Open hcl14 opened 3 years ago

hcl14 commented 3 years ago

For 418x449 image I have [600,644] written to the features, and for 1042x480 I have [1000x461]. Those are not the values for some other images from my dataset, as I don't have images with such dimensions. Is it Ok, are those values somewhat different or they must correspond to the real dimensions?

hcl14 commented 3 years ago

UPD: I found that the change of image size happens in this place of dataset_mapper.py:

    def __call__(self, dataset_dict):
        dataset_dict = copy.deepcopy(dataset_dict)
        image = utils.read_image(dataset_dict["file_name"], format=self.img_format)
        utils.check_image_size(dataset_dict, image)

        sh1 =  image.shape

        if "annotations" not in dataset_dict:
            image, transforms = T.apply_transform_gens(
                ([self.crop_gen] if self.crop_gen else []) + self.tfm_gens, image
            )
        else:
            if self.crop_gen:
                crop_tfm = utils.gen_crop_transform_with_instance(
                    self.crop_gen.get_crop_size(image.shape[:2]),
                    image.shape[:2],
                    np.random.choice(dataset_dict["annotations"]),
                )
                image = crop_tfm.apply_image(image)
            image, transforms = T.apply_transform_gens(self.tfm_gens, image)
            if self.crop_gen:
                transforms = crop_tfm + transforms

        image_shape = image.shape[:2]
        print("ttttttttt", sh1, image_shape)

Output:

ttttttttt (480, 640, 3) (600, 800)
ttttttttt (418, 449, 3) (600, 644)
ttttttttt (1042, 480, 3) (1000, 461)
ttttttttt (667, 500, 3) (800, 600)
ttttttttt (700, 1050, 3) (600, 900)
ttttttttt (696, 1280, 3) (544, 1000)
ttttttttt (491, 704, 3) (600, 860)
ttttttttt (1848, 2040, 3) (600, 662)

What is this and can this be avoided?

I see that data loader is being created 2 times in the code and 3rd time for grid features.

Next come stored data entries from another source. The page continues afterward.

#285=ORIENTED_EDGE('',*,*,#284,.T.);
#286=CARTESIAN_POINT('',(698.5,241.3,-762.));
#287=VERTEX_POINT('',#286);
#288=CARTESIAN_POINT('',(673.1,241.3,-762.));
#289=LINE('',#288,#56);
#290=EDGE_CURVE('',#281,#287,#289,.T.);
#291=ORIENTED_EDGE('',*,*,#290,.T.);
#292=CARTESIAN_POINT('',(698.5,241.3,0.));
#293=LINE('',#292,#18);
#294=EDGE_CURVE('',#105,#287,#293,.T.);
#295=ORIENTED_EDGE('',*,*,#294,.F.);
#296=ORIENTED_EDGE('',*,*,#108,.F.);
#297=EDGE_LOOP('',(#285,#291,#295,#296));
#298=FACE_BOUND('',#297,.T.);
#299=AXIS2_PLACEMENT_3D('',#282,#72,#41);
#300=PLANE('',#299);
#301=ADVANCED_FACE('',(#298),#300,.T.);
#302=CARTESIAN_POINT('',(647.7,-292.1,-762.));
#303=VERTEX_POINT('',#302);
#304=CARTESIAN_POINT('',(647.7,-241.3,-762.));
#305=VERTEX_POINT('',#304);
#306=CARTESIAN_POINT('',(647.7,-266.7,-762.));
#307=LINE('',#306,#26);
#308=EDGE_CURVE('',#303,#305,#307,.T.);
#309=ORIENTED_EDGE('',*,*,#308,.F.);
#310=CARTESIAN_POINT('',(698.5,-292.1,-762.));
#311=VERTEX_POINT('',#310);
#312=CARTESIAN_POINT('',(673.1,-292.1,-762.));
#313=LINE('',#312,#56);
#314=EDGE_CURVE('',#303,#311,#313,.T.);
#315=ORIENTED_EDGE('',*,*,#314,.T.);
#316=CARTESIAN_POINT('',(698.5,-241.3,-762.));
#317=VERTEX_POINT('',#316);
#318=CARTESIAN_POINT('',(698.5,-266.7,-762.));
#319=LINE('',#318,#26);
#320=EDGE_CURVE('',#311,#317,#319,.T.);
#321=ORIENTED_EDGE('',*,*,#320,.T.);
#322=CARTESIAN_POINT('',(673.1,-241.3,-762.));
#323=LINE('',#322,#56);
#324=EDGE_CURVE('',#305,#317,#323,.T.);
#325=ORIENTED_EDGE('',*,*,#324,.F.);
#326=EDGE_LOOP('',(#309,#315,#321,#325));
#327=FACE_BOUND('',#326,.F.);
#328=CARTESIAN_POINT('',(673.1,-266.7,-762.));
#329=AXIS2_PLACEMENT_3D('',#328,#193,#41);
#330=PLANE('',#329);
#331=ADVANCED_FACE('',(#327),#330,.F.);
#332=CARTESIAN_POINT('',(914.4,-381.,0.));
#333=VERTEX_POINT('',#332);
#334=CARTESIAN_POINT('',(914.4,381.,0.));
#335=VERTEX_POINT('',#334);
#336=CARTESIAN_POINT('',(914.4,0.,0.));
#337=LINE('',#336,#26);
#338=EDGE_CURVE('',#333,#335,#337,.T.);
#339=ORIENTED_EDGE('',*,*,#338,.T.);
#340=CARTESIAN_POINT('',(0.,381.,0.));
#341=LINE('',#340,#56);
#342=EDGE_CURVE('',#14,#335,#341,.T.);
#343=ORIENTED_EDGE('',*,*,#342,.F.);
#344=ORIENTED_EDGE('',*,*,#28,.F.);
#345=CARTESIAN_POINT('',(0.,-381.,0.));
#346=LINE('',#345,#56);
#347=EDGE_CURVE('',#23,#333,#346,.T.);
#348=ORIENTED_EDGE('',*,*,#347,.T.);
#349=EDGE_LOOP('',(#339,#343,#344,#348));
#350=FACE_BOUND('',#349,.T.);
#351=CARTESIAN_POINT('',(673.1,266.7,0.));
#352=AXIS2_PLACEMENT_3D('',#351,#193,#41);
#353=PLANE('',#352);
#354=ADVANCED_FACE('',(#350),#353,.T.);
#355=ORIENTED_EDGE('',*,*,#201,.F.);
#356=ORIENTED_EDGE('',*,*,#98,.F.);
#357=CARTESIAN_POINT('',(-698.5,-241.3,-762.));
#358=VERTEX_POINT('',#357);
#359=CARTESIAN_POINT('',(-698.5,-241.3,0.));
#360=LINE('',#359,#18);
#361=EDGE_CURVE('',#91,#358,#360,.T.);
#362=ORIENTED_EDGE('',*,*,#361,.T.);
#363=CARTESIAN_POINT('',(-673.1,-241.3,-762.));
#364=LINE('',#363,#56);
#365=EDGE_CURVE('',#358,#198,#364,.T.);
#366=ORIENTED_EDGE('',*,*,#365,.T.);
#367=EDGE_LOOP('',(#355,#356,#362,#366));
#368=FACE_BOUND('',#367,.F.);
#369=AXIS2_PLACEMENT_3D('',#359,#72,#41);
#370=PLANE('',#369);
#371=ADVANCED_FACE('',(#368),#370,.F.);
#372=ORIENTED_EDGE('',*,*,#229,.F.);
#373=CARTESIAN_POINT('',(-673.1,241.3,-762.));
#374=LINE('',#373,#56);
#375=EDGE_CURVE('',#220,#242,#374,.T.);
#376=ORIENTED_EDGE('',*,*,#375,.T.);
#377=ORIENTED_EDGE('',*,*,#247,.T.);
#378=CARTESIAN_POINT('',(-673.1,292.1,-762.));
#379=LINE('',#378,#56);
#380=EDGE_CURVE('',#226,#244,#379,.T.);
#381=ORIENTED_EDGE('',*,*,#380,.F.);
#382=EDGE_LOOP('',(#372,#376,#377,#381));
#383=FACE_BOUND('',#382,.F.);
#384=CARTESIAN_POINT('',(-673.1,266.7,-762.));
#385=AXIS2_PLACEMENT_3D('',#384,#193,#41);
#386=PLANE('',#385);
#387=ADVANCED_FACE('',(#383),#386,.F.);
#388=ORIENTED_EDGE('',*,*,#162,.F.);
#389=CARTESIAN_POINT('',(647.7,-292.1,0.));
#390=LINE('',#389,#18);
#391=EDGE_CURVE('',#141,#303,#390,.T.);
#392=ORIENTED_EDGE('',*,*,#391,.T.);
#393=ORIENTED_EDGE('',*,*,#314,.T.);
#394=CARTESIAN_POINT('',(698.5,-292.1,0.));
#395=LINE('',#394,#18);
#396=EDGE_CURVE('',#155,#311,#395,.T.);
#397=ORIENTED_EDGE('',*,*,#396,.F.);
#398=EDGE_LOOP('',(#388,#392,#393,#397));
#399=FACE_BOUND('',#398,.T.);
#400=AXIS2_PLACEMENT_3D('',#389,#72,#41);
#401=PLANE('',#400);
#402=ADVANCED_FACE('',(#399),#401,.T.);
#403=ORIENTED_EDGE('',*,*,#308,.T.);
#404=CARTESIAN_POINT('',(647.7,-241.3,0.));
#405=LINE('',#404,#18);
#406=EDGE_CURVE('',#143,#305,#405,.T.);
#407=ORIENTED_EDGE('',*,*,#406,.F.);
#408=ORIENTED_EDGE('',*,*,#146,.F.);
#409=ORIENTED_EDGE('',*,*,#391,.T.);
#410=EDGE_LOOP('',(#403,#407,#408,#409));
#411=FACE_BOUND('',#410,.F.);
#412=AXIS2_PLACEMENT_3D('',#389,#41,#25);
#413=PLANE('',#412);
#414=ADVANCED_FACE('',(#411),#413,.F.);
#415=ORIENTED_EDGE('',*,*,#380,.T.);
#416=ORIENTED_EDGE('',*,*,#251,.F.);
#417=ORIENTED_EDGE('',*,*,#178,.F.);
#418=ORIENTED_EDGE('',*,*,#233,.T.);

If there is randomness in those transforms, then it may be a source of bugs because 3 dataloaders will contain different images.

I can disable this code by replacing it with:

image, transforms = image, []

Then image shapes are equal before and after the dataloader. Still there is a question - what is a purpose of this augmentation? Is it correct to remove it?